▶ _WORK TO COMPLETE_: Once you have read the listing, print all of it word for word.

▶ _EXERCISE MATERIALS_:
----

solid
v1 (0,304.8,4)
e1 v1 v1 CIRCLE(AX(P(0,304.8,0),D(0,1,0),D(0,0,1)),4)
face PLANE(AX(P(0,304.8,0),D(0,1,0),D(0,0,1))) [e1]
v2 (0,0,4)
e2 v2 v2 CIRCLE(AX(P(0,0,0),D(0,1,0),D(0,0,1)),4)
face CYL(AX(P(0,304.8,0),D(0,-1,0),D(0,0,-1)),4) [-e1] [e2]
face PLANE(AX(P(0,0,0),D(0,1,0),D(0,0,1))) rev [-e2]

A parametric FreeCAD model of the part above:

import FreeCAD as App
import Part
import Sketcher
from FreeCAD import Vector
Q = App.Units.Quantity

doc = App.newDocument("Part")
body = doc.addObject("PartDesign::Body", "Body")

# Sketch on XZ plane
sketch1 = body.newObject("Sketcher::SketchObject", "Sketch")
sketch1.AttachmentSupport = (doc.getObject("XZ_Plane"), [""])
sketch1.MapMode = "FlatFace"
sketch1.addGeometry(Part.Circle(Vector(0, 0, 0), Vector(0, 0, 1), 4), False)
sketch1.addConstraint(Sketcher.Constraint("Coincident", 0, 3, -1, 1))
sketch1.addConstraint(Sketcher.Constraint("Diameter", 0, Q("8 mm")))
pad1 = body.newObject("PartDesign::Pad", "Pad")
pad1.Profile = sketch1
pad1.Length = 304.8
pad1.Reversed = True

doc.recompute()
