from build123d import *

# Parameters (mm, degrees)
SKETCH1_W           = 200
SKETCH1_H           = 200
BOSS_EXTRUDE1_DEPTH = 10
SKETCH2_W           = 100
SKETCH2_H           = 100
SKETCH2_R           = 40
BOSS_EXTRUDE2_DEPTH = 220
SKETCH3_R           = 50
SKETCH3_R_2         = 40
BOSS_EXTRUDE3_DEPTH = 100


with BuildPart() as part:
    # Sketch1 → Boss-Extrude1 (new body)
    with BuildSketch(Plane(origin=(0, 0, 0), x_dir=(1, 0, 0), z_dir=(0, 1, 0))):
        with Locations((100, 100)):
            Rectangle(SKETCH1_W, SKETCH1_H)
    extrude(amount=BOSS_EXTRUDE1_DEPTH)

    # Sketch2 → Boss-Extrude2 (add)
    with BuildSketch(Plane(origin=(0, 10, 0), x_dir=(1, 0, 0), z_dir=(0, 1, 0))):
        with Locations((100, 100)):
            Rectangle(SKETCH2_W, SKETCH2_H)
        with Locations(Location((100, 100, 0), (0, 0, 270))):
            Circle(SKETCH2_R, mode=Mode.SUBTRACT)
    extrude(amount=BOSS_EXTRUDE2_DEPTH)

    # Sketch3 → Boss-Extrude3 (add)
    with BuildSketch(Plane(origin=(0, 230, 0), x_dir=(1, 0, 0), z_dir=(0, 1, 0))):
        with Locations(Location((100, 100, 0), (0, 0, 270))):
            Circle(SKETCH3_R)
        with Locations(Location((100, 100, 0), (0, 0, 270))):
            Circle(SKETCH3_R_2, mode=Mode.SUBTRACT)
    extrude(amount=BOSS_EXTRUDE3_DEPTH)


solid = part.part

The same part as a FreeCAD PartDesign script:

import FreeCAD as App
import Part
import Sketcher
Q = App.Units.Quantity

doc = App.newDocument("Part")
body = doc.addObject("PartDesign::Body", "Body")

sketch1 = body.newObject("Sketcher::SketchObject", "Sketch")
sketch1.AttachmentSupport = (doc.getObject("XZ_Plane"), [""])
sketch1.MapMode = "FlatFace"
sketch1.addGeometry([
    Part.LineSegment(App.Vector(0, -200, 0), App.Vector(0, 0, 0)),
    Part.LineSegment(App.Vector(0, 0, 0), App.Vector(200, 0, 0)),
    Part.LineSegment(App.Vector(200, 0, 0), App.Vector(200, -200, 0)),
    Part.LineSegment(App.Vector(200, -200, 0), App.Vector(0, -200, 0)),
], False)
sketch1.addConstraint([
    Sketcher.Constraint("Coincident", 0, 2, 1, 1),
    Sketcher.Constraint("Coincident", 1, 2, 2, 1),
    Sketcher.Constraint("Coincident", 2, 2, 3, 1),
    Sketcher.Constraint("Coincident", 3, 2, 0, 1),
    Sketcher.Constraint("Vertical", 0),
    Sketcher.Constraint("Horizontal", 1),
    Sketcher.Constraint("Vertical", 2),
    Sketcher.Constraint("Horizontal", 3),
    Sketcher.Constraint("Coincident", 0, 2, -1, 1),
    Sketcher.Constraint("Equal", 3, 0),
    Sketcher.Constraint("DistanceX", 1, 1, 1, 2, Q("200 mm")),
])
pad1 = body.newObject("PartDesign::Pad", "Pad")
pad1.Profile = sketch1
pad1.Length = 10
pad1.Reversed = True

sketch2 = body.newObject("Sketcher::SketchObject", "Sketch001")
sketch2.AttachmentSupport = (doc.getObject("XZ_Plane"), [""])
sketch2.MapMode = "FlatFace"
sketch2.AttachmentOffset = App.Placement(App.Vector(0, 0, -10), App.Rotation())
sketch2.addGeometry([
    Part.LineSegment(App.Vector(50, -150, 0), App.Vector(50, -50, 0)),
    Part.LineSegment(App.Vector(50, -50, 0), App.Vector(150, -50, 0)),
    Part.LineSegment(App.Vector(150, -50, 0), App.Vector(150, -150, 0)),
    Part.LineSegment(App.Vector(150, -150, 0), App.Vector(50, -150, 0)),
    Part.Circle(App.Vector(100, -100, 0), App.Vector(0, 0, 1), 40),
], False)
sketch2.addConstraint([
    Sketcher.Constraint("Coincident", 0, 2, 1, 1),
    Sketcher.Constraint("Coincident", 1, 2, 2, 1),
    Sketcher.Constraint("Coincident", 2, 2, 3, 1),
    Sketcher.Constraint("Coincident", 3, 2, 0, 1),
    Sketcher.Constraint("Vertical", 0),
    Sketcher.Constraint("Horizontal", 1),
    Sketcher.Constraint("Vertical", 2),
    Sketcher.Constraint("Horizontal", 3),
    Sketcher.Constraint("Equal", 3, 0),
    Sketcher.Constraint("Diameter", 4, Q("80 mm")),
    Sketcher.Constraint("DistanceX", 1, 1, 1, 2, Q("100 mm")),
    Sketcher.Constraint("DistanceX", -1, 1, 4, 3, Q("100 mm")),
    Sketcher.Constraint("DistanceY", 4, 3, -1, 1, Q("100 mm")),
    Sketcher.Constraint("DistanceX", -1, 1, 0, 2, Q("50 mm")),
    Sketcher.Constraint("DistanceY", 0, 2, -1, 1, Q("50 mm")),
])
pad2 = body.newObject("PartDesign::Pad", "Pad001")
pad2.Profile = sketch2
pad2.Length = 220
pad2.Reversed = True

sketch3 = body.newObject("Sketcher::SketchObject", "Sketch002")
sketch3.AttachmentSupport = (doc.getObject("XZ_Plane"), [""])
sketch3.MapMode = "FlatFace"
sketch3.AttachmentOffset = App.Placement(App.Vector(0, 0, -230), App.Rotation())
sketch3.addGeometry([
    Part.Circle(App.Vector(100, -100, 0), App.Vector(0, 0, 1), 50),
    Part.Circle(App.Vector(100, -100, 0), App.Vector(0, 0, 1), 40),
], False)
sketch3.addConstraint([
    Sketcher.Constraint("Coincident", 1, 3, 0, 3),
    Sketcher.Constraint("Diameter", 0, Q("100 mm")),
    Sketcher.Constraint("Diameter", 1, Q("80 mm")),
    Sketcher.Constraint("DistanceX", -1, 1, 0, 3, Q("100 mm")),
    Sketcher.Constraint("DistanceY", 0, 3, -1, 1, Q("100 mm")),
])
pad3 = body.newObject("PartDesign::Pad", "Pad002")
pad3.Profile = sketch3
pad3.Length = 100
pad3.Reversed = True

doc.recompute()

----

▶ _ANSWER BOX_:
solid
v1 (0,304.8,4)
e1 v1 v1 CIRCLE(AX(P(0,304.8,0),D(0,1,0),D(0,0,1)),4)
face PLANE(AX(P(0,304.8,0),D(0,1,0),D(0,0,1))) [e1]
v2 (0,0,4)
e2 v2 v2 CIRCLE(AX(P(0,0,0),D(0,1,0),D(0,0,1)),4)
face CYL(AX(P(0,304.8,0),D(0,-1,0),D(0,0,-1)),4) [-e1] [e2]
face PLANE(AX(P(0,0,0),D(0,1,0),D(0,0,1))) rev [-e2]

A parametric FreeCAD model of the part above:

import FreeCAD as App
import Part
import Sketcher
from FreeCAD import Vector
Q = App.Units.Quantity

doc = App.newDocument("Part")
body = doc.addObject("PartDesign::Body", "Body")

# Sketch on XZ plane
sketch1 = body.newObject("Sketcher::SketchObject", "Sketch")
sketch1.AttachmentSupport = (doc.getObject("XZ_Plane"), [""])
sketch1.MapMode = "FlatFace"
sketch1.addGeometry(Part.Circle(Vector(0, 0, 0), Vector(0, 0, 1), 4), False)
sketch1.addConstraint(Sketcher.Constraint("Coincident", 0, 3, -1, 1))
sketch1.addConstraint(Sketcher.Constraint("Diameter", 0, Q("8 mm")))
pad1 = body.newObject("PartDesign::Pad", "Pad")
pad1.Profile = sketch1
pad1.Length = 304.8
pad1.Reversed = True

doc.recompute()
from build123d import *

# Parameters (mm, degrees)
SKETCH1_W           = 200
SKETCH1_H           = 200
BOSS_EXTRUDE1_DEPTH = 10
SKETCH2_W           = 100
SKETCH2_H           = 100
SKETCH2_R           = 40
BOSS_EXTRUDE2_DEPTH = 220
SKETCH3_R           = 50
SKETCH3_R_2         = 40
BOSS_EXTRUDE3_DEPTH = 100


with BuildPart() as part:
    # Sketch1 → Boss-Extrude1 (new body)
    with BuildSketch(Plane(origin=(0, 0, 0), x_dir=(1, 0, 0), z_dir=(0, 1, 0))):
        with Locations((100, 100)):
            Rectangle(SKETCH1_W, SKETCH1_H)
    extrude(amount=BOSS_EXTRUDE1_DEPTH)

    # Sketch2 → Boss-Extrude2 (add)
    with BuildSketch(Plane(origin=(0, 10, 0), x_dir=(1, 0, 0), z_dir=(0, 1, 0))):
        with Locations((100, 100)):
            Rectangle(SKETCH2_W, SKETCH2_H)
        with Locations(Location((100, 100, 0), (0, 0, 270))):
            Circle(SKETCH2_R, mode=Mode.SUBTRACT)
    extrude(amount=BOSS_EXTRUDE2_DEPTH)

    # Sketch3 → Boss-Extrude3 (add)
    with BuildSketch(Plane(origin=(0, 230, 0), x_dir=(1, 0, 0), z_dir=(0, 1, 0))):
        with Locations(Location((100, 100, 0), (0, 0, 270))):
            Circle(SKETCH3_R)
        with Locations(Location((100, 100, 0), (0, 0, 270))):
            Circle(SKETCH3_R_2, mode=Mode.SUBTRACT)
    extrude(amount=BOSS_EXTRUDE3_DEPTH)


solid = part.part

The same part as a FreeCAD PartDesign script:

import FreeCAD as App
import Part
import Sketcher
Q = App.Units.Quantity

doc = App.newDocument("Part")
body = doc.addObject("PartDesign::Body", "Body")

sketch1 = body.newObject("Sketcher::SketchObject", "Sketch")
sketch1.AttachmentSupport = (doc.getObject("XZ_Plane"), [""])
sketch1.MapMode = "FlatFace"
sketch1.addGeometry([
    Part.LineSegment(App.Vector(0, -200, 0), App.Vector(0, 0, 0)),
    Part.LineSegment(App.Vector(0, 0, 0), App.Vector(200, 0, 0)),
    Part.LineSegment(App.Vector(200, 0, 0), App.Vector(200, -200, 0)),
    Part.LineSegment(App.Vector(200, -200, 0), App.Vector(0, -200, 0)),
], False)
sketch1.addConstraint([
    Sketcher.Constraint("Coincident", 0, 2, 1, 1),
    Sketcher.Constraint("Coincident", 1, 2, 2, 1),
    Sketcher.Constraint("Coincident", 2, 2, 3, 1),
    Sketcher.Constraint("Coincident", 3, 2, 0, 1),
    Sketcher.Constraint("Vertical", 0),
    Sketcher.Constraint("Horizontal", 1),
    Sketcher.Constraint("Vertical", 2),
    Sketcher.Constraint("Horizontal", 3),
    Sketcher.Constraint("Coincident", 0, 2, -1, 1),
    Sketcher.Constraint("Equal", 3, 0),
    Sketcher.Constraint("DistanceX", 1, 1, 1, 2, Q("200 mm")),
])
pad1 = body.newObject("PartDesign::Pad", "Pad")
pad1.Profile = sketch1
pad1.Length = 10
pad1.Reversed = True

sketch2 = body.newObject("Sketcher::SketchObject", "Sketch001")
sketch2.AttachmentSupport = (doc.getObject("XZ_Plane"), [""])
sketch2.MapMode = "FlatFace"
sketch2.AttachmentOffset = App.Placement(App.Vector(0, 0, -10), App.Rotation())
sketch2.addGeometry([
    Part.LineSegment(App.Vector(50, -150, 0), App.Vector(50, -50, 0)),
    Part.LineSegment(App.Vector(50, -50, 0), App.Vector(150, -50, 0)),
    Part.LineSegment(App.Vector(150, -50, 0), App.Vector(150, -150, 0)),
    Part.LineSegment(App.Vector(150, -150, 0), App.Vector(50, -150, 0)),
    Part.Circle(App.Vector(100, -100, 0), App.Vector(0, 0, 1), 40),
], False)
sketch2.addConstraint([
    Sketcher.Constraint("Coincident", 0, 2, 1, 1),
    Sketcher.Constraint("Coincident", 1, 2, 2, 1),
    Sketcher.Constraint("Coincident", 2, 2, 3, 1),
    Sketcher.Constraint("Coincident", 3, 2, 0, 1),
    Sketcher.Constraint("Vertical", 0),
    Sketcher.Constraint("Horizontal", 1),
    Sketcher.Constraint("Vertical", 2),
    Sketcher.Constraint("Horizontal", 3),
    Sketcher.Constraint("Equal", 3, 0),
    Sketcher.Constraint("Diameter", 4, Q("80 mm")),
    Sketcher.Constraint("DistanceX", 1, 1, 1, 2, Q("100 mm")),
    Sketcher.Constraint("DistanceX", -1, 1, 4, 3, Q("100 mm")),
    Sketcher.Constraint("DistanceY", 4, 3, -1, 1, Q("100 mm")),
    Sketcher.Constraint("DistanceX", -1, 1, 0, 2, Q("50 mm")),
    Sketcher.Constraint("DistanceY", 0, 2, -1, 1, Q("50 mm")),
])
pad2 = body.newObject("PartDesign::Pad", "Pad001")
pad2.Profile = sketch2
pad2.Length = 220
pad2.Reversed = True

sketch3 = body.newObject("Sketcher::SketchObject", "Sketch002")
sketch3.AttachmentSupport = (doc.getObject("XZ_Plane"), [""])
sketch3.MapMode = "FlatFace"
sketch3.AttachmentOffset = App.Placement(App.Vector(0, 0, -230), App.Rotation())
sketch3.addGeometry([
    Part.Circle(App.Vector(100, -100, 0), App.Vector(0, 0, 1), 50),
    Part.Circle(App.Vector(100, -100, 0), App.Vector(0, 0, 1), 40),
], False)
sketch3.addConstraint([
    Sketcher.Constraint("Coincident", 1, 3, 0, 3),
    Sketcher.Constraint("Diameter", 0, Q("100 mm")),
    Sketcher.Constraint("Diameter", 1, Q("80 mm")),
    Sketcher.Constraint("DistanceX", -1, 1, 0, 3, Q("100 mm")),
    Sketcher.Constraint("DistanceY", 0, 3, -1, 1, Q("100 mm")),
])
pad3 = body.newObject("PartDesign::Pad", "Pad002")
pad3.Profile = sketch3
pad3.Length = 100
pad3.Reversed = True

doc.recompute()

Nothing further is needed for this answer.